Life's Too Short To Be Too Serious
“When I started farming, I still had stock cows, and I raised hogs. At one time, I was up to 120 sows.” He sold his hogs in the 1990s when the market went south. He fed hogs for someone else for a while, hauled feed and worked in construction. Finally, he got a job with Concrete Products of Sioux City, where he worked for 25 years while still growing corn and soybeans.
Ralph met Charlene (a/k/a Charley) when they were both with friends riding the loop in Sioux City. “We asked the girls if they wanted to ride around together, and they jumped in the car with us. We rode the loop and grabbed something to eat. And the rest is history,” said Ralph.
When they got married in 1973, Ralph and Charley moved into the farmhouse and his parents moved to town. Charley had her own ceramic shop for a while, then worked at Fareway in Le Mars for about 20 years. They have two daughters. Becky has a degree in computer graphics and works at the Wells Enterprises corporate office. She and her husband, Levi Kinney, live in Le Mars and have one adult daughter, Naomi. Levi formerly worked as a truck driver and dispatcher. Ralph and Charley's daughter, Danielle ('Dani') has a degree in computer engineering and electrical engineering and works at Daktronics. She and her husband, Mike Scheff, live in Brookings, South Dakota, where he works for Larsen Door. They have two sons, Jonathon, 14, and Zack, 12.

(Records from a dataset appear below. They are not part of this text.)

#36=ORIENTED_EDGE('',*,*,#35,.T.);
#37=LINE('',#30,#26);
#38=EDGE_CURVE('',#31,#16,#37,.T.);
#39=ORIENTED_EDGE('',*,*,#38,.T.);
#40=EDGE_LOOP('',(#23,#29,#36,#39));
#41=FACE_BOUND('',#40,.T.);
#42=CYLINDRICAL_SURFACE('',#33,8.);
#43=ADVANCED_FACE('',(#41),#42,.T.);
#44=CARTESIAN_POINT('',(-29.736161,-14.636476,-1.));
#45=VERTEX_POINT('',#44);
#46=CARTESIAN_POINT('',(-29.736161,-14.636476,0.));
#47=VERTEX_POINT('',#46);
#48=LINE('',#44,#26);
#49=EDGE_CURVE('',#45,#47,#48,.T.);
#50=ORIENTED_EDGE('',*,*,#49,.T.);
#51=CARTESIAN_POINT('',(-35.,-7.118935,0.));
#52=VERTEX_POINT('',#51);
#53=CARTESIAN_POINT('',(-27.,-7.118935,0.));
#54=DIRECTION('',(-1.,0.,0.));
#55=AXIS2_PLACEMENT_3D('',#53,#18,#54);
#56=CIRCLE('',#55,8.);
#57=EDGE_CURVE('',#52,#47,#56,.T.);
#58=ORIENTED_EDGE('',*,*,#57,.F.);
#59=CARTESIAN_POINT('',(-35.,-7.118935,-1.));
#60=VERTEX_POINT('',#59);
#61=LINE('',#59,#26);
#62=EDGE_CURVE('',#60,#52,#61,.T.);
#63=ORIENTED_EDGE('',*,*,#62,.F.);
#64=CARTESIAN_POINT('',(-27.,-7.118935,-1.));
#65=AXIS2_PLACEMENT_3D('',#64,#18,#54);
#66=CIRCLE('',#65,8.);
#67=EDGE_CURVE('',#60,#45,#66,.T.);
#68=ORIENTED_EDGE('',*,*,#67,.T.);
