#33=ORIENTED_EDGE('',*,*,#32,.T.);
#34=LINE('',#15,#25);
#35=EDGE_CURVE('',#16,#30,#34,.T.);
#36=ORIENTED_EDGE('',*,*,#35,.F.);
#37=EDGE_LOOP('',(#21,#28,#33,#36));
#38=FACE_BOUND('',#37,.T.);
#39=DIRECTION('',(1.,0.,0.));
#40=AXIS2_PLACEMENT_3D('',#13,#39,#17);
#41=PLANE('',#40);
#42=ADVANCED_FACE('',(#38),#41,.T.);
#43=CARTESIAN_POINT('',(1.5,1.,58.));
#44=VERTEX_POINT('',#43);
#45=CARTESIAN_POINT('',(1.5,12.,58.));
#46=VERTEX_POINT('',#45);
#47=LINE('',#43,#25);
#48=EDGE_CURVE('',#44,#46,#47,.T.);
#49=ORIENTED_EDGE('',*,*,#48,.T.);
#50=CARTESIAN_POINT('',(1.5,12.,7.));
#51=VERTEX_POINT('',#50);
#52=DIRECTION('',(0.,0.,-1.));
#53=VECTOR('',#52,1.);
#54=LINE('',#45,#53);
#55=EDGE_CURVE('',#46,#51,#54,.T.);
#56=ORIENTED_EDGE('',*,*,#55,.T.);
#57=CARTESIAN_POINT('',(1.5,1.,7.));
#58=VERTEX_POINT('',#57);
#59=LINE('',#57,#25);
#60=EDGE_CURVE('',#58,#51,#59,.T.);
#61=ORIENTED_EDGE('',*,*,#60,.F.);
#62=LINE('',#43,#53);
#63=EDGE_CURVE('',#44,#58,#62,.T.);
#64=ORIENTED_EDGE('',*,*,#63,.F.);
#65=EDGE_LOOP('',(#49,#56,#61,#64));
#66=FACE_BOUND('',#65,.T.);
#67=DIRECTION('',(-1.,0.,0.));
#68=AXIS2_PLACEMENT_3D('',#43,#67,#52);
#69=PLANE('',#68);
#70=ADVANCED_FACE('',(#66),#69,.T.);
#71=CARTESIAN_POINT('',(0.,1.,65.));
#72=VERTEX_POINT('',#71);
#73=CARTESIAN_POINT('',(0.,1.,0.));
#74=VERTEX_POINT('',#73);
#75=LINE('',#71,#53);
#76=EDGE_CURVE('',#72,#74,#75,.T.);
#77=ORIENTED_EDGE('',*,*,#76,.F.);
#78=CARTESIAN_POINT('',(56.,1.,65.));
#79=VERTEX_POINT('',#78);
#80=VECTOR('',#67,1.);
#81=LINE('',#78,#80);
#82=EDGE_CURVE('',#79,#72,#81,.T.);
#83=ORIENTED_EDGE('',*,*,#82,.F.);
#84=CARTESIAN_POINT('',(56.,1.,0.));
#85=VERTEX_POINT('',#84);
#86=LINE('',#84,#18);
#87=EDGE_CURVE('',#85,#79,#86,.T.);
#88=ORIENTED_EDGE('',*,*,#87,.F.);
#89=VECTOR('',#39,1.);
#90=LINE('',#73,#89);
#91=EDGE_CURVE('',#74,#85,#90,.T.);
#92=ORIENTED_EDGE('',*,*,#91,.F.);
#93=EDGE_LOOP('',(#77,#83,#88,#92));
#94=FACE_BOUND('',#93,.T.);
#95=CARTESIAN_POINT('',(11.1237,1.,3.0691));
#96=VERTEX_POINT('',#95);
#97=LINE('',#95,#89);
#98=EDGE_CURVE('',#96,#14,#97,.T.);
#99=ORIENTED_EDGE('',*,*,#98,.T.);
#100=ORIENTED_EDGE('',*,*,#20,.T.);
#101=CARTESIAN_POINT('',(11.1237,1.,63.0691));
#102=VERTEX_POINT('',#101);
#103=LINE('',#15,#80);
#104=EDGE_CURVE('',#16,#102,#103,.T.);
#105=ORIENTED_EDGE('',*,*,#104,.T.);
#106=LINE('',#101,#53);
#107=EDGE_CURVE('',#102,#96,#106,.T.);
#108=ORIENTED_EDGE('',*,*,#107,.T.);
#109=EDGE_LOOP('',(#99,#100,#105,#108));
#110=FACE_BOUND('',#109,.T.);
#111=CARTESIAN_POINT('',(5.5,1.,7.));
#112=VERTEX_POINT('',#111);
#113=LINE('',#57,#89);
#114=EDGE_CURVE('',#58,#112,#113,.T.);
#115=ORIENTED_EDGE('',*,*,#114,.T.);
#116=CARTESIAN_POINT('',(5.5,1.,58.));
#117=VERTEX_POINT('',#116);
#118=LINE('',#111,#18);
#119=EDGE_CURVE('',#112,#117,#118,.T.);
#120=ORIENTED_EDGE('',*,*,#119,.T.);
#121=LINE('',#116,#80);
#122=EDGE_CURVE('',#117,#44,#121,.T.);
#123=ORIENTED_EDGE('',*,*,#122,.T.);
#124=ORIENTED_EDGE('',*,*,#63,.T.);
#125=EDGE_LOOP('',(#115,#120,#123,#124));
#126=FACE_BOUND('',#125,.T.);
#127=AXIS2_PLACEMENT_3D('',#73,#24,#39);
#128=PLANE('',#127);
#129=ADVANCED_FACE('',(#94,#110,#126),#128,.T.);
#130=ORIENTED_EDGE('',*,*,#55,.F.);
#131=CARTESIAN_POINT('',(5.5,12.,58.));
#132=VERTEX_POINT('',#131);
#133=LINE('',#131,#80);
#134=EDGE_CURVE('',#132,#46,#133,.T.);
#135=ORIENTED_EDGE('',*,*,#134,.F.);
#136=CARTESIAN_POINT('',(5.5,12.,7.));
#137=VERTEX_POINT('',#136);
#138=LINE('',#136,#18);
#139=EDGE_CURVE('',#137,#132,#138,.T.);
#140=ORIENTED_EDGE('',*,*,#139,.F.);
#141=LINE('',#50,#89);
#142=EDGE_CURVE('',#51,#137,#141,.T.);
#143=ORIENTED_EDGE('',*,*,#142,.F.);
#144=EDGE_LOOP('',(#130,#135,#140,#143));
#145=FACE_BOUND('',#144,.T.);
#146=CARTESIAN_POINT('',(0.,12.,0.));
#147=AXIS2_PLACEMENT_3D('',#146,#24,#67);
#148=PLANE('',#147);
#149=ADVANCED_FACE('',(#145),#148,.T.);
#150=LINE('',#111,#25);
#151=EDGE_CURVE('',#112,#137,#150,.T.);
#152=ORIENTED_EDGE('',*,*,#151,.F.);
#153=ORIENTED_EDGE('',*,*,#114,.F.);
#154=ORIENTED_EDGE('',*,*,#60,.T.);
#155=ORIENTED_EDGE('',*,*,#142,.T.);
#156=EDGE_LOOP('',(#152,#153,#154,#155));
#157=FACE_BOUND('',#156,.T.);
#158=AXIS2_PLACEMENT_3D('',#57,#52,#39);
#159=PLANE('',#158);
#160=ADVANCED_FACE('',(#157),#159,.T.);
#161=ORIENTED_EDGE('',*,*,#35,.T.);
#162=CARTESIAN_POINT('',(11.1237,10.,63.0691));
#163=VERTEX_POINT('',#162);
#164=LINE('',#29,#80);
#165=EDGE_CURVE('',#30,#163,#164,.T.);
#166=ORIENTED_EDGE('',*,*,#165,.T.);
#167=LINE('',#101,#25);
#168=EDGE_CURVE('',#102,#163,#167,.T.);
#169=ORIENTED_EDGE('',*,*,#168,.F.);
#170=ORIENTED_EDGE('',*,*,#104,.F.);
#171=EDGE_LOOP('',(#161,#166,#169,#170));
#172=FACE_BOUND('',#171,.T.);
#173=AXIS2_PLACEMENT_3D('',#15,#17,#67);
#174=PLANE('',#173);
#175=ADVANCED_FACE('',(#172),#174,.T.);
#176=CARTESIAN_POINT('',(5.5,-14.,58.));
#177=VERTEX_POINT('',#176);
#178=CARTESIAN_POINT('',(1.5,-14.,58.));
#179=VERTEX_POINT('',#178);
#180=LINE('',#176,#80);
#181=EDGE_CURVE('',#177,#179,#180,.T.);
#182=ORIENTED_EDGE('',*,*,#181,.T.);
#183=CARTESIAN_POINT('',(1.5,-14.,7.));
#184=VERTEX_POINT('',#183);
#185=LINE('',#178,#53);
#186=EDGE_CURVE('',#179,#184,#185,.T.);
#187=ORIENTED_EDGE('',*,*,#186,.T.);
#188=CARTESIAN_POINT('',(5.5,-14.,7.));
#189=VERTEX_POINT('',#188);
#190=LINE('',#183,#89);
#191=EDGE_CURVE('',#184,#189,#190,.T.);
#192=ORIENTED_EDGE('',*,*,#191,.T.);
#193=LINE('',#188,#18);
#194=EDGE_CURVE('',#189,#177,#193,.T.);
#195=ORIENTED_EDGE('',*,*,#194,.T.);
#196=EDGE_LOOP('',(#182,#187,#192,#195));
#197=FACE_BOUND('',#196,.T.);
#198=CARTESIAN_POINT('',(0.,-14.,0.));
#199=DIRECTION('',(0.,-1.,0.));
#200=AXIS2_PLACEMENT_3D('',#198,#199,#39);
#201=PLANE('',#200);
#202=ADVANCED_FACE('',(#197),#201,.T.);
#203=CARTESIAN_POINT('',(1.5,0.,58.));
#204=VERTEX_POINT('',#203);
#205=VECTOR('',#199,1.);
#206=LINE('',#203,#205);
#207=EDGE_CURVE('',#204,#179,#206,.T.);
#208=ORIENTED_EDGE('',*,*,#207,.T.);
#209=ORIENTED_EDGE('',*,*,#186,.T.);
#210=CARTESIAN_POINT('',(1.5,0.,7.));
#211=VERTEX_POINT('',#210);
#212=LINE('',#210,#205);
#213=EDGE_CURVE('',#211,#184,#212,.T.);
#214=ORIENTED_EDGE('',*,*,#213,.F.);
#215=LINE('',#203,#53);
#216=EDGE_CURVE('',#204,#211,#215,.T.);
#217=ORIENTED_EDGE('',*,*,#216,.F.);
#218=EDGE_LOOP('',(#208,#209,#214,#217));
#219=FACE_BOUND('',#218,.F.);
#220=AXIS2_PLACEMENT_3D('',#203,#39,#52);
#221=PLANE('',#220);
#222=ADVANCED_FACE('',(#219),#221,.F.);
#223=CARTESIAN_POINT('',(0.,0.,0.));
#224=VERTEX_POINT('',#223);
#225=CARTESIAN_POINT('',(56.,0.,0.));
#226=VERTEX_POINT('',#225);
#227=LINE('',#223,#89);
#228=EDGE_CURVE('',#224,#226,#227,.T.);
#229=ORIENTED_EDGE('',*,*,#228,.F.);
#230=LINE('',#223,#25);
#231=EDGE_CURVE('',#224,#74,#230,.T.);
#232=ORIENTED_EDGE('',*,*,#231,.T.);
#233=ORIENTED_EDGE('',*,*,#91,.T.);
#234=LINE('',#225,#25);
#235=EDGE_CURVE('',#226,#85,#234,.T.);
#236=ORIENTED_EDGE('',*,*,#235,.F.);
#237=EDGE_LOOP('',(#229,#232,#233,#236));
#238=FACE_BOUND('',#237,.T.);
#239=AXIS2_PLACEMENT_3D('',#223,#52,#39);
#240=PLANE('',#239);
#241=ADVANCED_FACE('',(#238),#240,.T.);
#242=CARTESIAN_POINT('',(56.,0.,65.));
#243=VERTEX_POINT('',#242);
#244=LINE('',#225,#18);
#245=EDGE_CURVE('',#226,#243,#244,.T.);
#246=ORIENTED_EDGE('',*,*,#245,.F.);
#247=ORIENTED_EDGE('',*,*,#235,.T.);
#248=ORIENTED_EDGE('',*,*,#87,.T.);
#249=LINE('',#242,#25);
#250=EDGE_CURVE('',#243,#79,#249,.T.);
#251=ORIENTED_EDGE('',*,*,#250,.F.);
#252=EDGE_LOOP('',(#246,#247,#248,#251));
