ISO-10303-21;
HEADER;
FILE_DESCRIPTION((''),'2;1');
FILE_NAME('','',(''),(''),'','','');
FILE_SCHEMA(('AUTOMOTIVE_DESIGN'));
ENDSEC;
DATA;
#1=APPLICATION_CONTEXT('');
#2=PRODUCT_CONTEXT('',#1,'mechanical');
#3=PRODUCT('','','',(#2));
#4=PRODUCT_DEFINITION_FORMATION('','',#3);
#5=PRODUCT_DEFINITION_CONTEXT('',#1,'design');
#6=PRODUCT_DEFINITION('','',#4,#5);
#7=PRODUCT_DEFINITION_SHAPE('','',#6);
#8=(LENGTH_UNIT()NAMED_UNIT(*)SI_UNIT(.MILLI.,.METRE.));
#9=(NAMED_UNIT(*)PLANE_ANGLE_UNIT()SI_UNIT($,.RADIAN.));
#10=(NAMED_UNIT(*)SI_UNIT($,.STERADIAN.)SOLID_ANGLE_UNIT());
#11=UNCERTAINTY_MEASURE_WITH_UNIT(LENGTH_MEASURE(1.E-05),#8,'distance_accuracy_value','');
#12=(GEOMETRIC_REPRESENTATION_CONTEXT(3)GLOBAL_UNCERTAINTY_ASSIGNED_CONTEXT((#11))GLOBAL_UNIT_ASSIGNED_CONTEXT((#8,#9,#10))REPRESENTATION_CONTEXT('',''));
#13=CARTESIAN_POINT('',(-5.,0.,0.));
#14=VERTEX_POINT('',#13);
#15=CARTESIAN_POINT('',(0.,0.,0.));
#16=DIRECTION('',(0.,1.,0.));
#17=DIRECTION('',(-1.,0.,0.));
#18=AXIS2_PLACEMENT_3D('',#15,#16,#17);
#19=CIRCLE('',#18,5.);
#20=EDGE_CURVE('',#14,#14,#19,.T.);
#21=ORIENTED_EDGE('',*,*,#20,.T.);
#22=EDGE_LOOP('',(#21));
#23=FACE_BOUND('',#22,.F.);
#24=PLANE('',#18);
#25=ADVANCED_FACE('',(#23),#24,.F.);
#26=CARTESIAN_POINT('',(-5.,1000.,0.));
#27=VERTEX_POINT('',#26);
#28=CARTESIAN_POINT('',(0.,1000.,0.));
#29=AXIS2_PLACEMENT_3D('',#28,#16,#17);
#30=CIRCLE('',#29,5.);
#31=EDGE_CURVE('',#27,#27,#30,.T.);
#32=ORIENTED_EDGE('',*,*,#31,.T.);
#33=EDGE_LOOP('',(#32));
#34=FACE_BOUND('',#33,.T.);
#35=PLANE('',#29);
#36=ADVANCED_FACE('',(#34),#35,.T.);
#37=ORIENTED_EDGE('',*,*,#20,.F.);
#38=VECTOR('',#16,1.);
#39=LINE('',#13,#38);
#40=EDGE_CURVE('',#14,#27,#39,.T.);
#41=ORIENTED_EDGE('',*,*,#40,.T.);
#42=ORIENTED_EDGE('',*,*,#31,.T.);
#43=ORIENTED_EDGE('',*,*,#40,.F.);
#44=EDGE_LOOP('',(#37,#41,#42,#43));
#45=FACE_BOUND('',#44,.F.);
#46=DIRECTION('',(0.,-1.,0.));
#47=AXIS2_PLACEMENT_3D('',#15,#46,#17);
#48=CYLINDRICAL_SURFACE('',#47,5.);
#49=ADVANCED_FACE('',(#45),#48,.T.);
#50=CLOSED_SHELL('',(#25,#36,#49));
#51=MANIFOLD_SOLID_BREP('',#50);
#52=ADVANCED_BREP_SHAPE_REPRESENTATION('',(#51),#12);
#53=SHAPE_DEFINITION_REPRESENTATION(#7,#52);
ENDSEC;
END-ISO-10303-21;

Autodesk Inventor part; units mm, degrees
ref_plane "YZ Plane" through (0, 0, 0) normal (1, 0, 0) x (0, 1, 0)
ref_plane "XZ Plane" through (0, 0, 0) normal (0, 1, 0) x (-1, 0, 0)
ref_plane "XY Plane" through (0, 0, 0) normal (0, 0, 1) x (1, 0, 0)
sketch "Sketch1" plane through (0, 0, 0) normal (0, 1, 0) x (-1, 0, 0)
  circle A0 centre (0, 0) radius 5
  dimension "d0" = 10
extrude "Extrusion1" add sketch "Sketch1" along normal blind 1000
sketch "Sketch2" plane through (0, 1000, 0) normal (0, 1, 0) x (1, 0, 0)
  circle A0 centre (0, 0) radius 5 projected
  circle A1 centre (0, 0) radius 5 projected
  line L0 (5, 0) -> (5, 0)
  line L1 (0, 0) -> (0, 5)
  point P0 (5, 6.245)
  point P1 (5, -6.245)
  dimension "d3" = 5
extrude "Extrusion2" [suppressed]
thread "Thread1" size "M60x4" class "6g" standard "ANSI Metric M Profile" length 975
properties part number "ball screw" material "Stainless Steel"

Charley absented herself from the interview process, but her fun outlook on life is reflected in her enjoyment of two Ford Mustangs convertibles, which serve as the couple’s equivalent of a lake home. They spend a lot of time with friends driving the Mustangs. Humorous signs hanging in her kitchen also demonstrate her upbeat view of life: “My husband needs new glasses. He still can’t see things my way;” “My house was clean yesterday. Sorry you missed it;” “There’s no place like home – except Grandma’s;” and “Worry is a waste of imagination.” Ralph’s philosophy on life synchronizes perfectly: “Life is way too short to be too serious.”